(Stored items)
=====

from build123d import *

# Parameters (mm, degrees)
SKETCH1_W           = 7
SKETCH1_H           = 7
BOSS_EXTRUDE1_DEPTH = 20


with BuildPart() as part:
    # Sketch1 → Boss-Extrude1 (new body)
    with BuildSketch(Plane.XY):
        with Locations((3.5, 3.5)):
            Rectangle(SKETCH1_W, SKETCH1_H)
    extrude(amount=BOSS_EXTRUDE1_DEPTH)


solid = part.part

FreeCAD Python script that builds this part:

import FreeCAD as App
import Part
import Sketcher
from FreeCAD import Vector
Q = App.Units.Quantity


def add_polygon(sketch, points):
    """Adds a closed chain of lines whose ends are joined by coincident constraints."""
    first, n = sketch.GeometryCount, len(points)
    for a, b in zip(points, points[1:] + points[:1]):
        sketch.addGeometry(Part.LineSegment(App.Vector(*a, 0), App.Vector(*b, 0)), False)
    for i in range(n):
        sketch.addConstraint(Sketcher.Constraint("Coincident", first + i, 2, first + (i + 1) % n, 1))

doc = App.newDocument("Part")
params = doc.addObject("Spreadsheet::Sheet", "Params")
for row, (alias, value) in enumerate([
    ("sketch1_width", "7 mm"),
    ("pad1_length", "20 mm"),
], start=1):
    params.set(f"A{row}", alias)
    params.set(f"B{row}", "=" + value)
    params.setAlias(f"B{row}", alias)

body = doc.addObject("PartDesign::Body", "Body")

sketch1 = doc.addObject("Sketcher::SketchObject", "Sketch")
body.addObject(sketch1)
sketch1.AttachmentSupport = (doc.XY_Plane, [""])
sketch1.MapMode = "FlatFace"
add_polygon(sketch1, [(0, 7), (0, 0), (7, 0), (7, 7)])
sketch1.addConstraint([
    Sketcher.Constraint("Vertical", 0),
    Sketcher.Constraint("Horizontal", 1),
    Sketcher.Constraint("Vertical", 2),
    Sketcher.Constraint("Horizontal", 3),
    Sketcher.Constraint("Coincident", 0, 2, -1, 1),
    Sketcher.Constraint("Equal", 3, 0),
    Sketcher.Constraint("DistanceX", 1, 1, 1, 2, Q("7 mm")),
])
sketch1.setExpression("Constraints[10]", "Params.sketch1_width")
pad1 = doc.addObject("PartDesign::Pad", "Pad")
body.addObject(pad1)
pad1.Profile = sketch1
pad1.setExpression("Length", "Params.pad1_length")

doc.recompute()
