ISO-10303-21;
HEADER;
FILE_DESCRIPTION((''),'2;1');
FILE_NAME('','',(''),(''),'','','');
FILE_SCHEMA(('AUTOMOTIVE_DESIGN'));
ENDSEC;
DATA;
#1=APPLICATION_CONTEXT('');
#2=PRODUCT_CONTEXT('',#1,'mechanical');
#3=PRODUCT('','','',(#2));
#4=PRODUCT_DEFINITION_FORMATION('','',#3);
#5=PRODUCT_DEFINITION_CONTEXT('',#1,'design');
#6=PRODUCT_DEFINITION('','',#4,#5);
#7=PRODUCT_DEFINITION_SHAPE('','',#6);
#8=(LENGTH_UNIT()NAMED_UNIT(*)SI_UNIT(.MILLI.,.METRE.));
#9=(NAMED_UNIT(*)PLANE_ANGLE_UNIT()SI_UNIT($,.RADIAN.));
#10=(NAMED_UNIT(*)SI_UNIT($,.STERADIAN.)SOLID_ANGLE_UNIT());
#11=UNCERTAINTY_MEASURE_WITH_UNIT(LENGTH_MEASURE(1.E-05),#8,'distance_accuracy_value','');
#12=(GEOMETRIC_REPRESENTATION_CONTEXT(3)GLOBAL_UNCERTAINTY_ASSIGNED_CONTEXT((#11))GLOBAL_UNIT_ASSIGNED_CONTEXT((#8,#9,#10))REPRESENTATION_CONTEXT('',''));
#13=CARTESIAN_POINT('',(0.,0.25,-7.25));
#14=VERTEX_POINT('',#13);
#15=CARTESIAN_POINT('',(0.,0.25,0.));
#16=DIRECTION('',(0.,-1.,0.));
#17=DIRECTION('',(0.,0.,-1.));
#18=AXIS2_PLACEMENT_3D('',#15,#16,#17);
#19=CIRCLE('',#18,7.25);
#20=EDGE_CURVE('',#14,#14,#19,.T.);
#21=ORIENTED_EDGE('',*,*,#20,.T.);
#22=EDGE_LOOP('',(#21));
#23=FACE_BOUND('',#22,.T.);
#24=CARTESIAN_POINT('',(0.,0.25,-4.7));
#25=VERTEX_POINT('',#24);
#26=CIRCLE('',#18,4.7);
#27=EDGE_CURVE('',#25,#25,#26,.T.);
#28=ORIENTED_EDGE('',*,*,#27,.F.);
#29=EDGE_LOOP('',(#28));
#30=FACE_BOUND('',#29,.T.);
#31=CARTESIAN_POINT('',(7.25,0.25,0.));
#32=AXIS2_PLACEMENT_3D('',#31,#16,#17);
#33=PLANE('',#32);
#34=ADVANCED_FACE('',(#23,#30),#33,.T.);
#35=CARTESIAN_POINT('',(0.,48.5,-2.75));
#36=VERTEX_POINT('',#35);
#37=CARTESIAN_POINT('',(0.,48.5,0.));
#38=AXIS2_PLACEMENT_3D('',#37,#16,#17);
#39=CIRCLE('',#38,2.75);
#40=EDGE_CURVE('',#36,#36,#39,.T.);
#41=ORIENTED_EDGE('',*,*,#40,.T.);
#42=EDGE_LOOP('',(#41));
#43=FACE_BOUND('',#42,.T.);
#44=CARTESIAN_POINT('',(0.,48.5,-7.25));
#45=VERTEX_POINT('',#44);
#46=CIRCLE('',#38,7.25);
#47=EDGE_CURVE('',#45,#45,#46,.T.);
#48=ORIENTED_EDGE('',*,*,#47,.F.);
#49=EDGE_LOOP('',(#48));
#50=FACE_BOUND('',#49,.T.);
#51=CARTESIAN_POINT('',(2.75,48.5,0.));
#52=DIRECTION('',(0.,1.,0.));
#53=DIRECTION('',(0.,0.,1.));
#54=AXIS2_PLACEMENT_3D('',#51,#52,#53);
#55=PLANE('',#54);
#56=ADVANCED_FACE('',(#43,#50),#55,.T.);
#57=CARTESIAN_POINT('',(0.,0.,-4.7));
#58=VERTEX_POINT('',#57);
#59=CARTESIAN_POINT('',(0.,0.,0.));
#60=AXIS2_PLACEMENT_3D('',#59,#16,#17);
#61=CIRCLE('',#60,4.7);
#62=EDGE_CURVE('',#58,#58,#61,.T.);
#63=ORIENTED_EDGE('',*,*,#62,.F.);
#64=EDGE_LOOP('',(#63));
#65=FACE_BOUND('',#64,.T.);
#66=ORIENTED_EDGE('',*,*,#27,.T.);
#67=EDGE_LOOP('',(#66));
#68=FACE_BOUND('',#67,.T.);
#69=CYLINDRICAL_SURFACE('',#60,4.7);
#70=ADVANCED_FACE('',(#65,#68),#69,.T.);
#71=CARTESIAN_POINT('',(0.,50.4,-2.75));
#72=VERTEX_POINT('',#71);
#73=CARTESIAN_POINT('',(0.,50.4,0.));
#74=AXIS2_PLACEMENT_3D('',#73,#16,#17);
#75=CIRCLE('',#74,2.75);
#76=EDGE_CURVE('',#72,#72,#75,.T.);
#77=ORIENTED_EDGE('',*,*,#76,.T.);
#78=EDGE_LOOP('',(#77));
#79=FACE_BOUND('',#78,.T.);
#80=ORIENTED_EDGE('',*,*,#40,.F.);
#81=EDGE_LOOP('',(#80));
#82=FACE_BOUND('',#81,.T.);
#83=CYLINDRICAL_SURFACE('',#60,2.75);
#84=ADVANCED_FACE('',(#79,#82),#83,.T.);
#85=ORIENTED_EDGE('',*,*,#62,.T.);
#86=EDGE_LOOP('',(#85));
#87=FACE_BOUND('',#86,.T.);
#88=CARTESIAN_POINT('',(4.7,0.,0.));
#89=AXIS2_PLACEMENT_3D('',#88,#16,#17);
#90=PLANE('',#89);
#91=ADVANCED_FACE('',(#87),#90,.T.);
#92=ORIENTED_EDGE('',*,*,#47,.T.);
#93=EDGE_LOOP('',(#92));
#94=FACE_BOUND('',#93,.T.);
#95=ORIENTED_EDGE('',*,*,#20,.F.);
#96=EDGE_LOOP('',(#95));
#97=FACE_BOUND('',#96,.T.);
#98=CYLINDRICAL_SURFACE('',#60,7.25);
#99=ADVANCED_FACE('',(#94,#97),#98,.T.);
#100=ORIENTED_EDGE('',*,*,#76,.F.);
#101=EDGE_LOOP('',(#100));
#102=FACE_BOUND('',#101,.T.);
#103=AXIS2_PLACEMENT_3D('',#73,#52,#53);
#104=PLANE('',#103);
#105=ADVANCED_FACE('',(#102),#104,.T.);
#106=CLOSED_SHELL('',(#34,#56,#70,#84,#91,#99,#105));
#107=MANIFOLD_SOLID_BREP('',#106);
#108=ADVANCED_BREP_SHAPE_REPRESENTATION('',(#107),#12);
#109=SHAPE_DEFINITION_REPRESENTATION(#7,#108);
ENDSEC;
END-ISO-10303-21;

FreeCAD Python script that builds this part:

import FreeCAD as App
import Part
import Sketcher
Q = App.Units.Quantity

doc = App.newDocument("Part")
body = doc.addObject("PartDesign::Body", "Body")

sketch1 = body.newObject("Sketcher::SketchObject", "Sketch")
sketch1.AttachmentSupport = (doc.getObject("XY_Plane"), [""])
sketch1.MapMode = "FlatFace"
sketch1.addGeometry([
    Part.LineSegment(App.Vector(2.75, 50.4, 0), App.Vector(0, 50.4, 0)),
    Part.LineSegment(App.Vector(0, 50.4, 0), App.Vector(0, 0, 0)),
    Part.LineSegment(App.Vector(0, 0, 0), App.Vector(4.7, 0, 0)),
    Part.LineSegment(App.Vector(4.7, 0, 0), App.Vector(4.7, 0.25, 0)),
    Part.LineSegment(App.Vector(4.7, 0.25, 0), App.Vector(7.25, 0.25, 0)),
    Part.LineSegment(App.Vector(7.25, 0.25, 0), App.Vector(7.25, 48.5, 0)),
    Part.LineSegment(App.Vector(7.25, 48.5, 0), App.Vector(2.75, 48.5, 0)),
    Part.LineSegment(App.Vector(2.75, 48.5, 0), App.Vector(2.75, 50.4, 0)),
], False)
sketch1.addConstraint([
    Sketcher.Constraint("Coincident", 0, 2, 1, 1),
    Sketcher.Constraint("Coincident", 1, 2, 2, 1),
    Sketcher.Constraint("Coincident", 2, 2, 3, 1),
    Sketcher.Constraint("Coincident", 3, 2, 4, 1),
    Sketcher.Constraint("Coincident", 4, 2, 5, 1),
    Sketcher.Constraint("Coincident", 5, 2, 6, 1),
    Sketcher.Constraint("Coincident", 6, 2, 7, 1),
    Sketcher.Constraint("Coincident", 7, 2, 0, 1),
    Sketcher.Constraint("Horizontal", 0),
    Sketcher.Constraint("Vertical", 1),
    Sketcher.Constraint("Horizontal", 2),
    Sketcher.Constraint("Vertical", 3),
    Sketcher.Constraint("Horizontal", 4),
    Sketcher.Constraint("Vertical", 5),
    Sketcher.Constraint("Horizontal", 6),
    Sketcher.Constraint("Vertical", 7),
    Sketcher.Constraint("Coincident", 1, 2, -1, 1),
    Sketcher.Constraint("DistanceX", 2, 1, 2, 2, Q("4.7 mm")),
    Sketcher.Constraint("DistanceX", 6, 2, 6, 1, Q("4.5 mm")),
    Sketcher.Constraint("DistanceY", 1, 2, 1, 1, Q("50.4 mm")),
    Sketcher.Constraint("DistanceY", 7, 1, 7, 2, Q("1.9 mm")),
    Sketcher.Constraint("DistanceX", 0, 2, 0, 1, Q("2.75 mm")),
    Sketcher.Constraint("DistanceY", 3, 1, 3, 2, Q("0.25 mm")),
])
revolution = body.newObject("PartDesign::Revolution", "Revolution")
revolution.Profile = sketch1
revolution.ReferenceAxis = (sketch1, ["V_Axis"])
revolution.Angle = 360

doc.recompute()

=====

** What the task asks **
Write out exactly the lines that fall from the line with "FILE_DESCRIPTION((''),'2;1');" to the line with "#7=PRODUCT_DEFINITION_SHAPE('','',#6);" in the records above, keeping both ends.

** Result of this task **
FILE_DESCRIPTION((''),'2;1');
FILE_NAME('','',(''),(''),'','','');
FILE_SCHEMA(('AUTOMOTIVE_DESIGN'));
ENDSEC;
DATA;
#1=APPLICATION_CONTEXT('');
#2=PRODUCT_CONTEXT('',#1,'mechanical');
#3=PRODUCT('','','',(#2));
#4=PRODUCT_DEFINITION_FORMATION('','',#3);
#5=PRODUCT_DEFINITION_CONTEXT('',#1,'design');
#6=PRODUCT_DEFINITION('','',#4,#5);
#7=PRODUCT_DEFINITION_SHAPE('','',#6);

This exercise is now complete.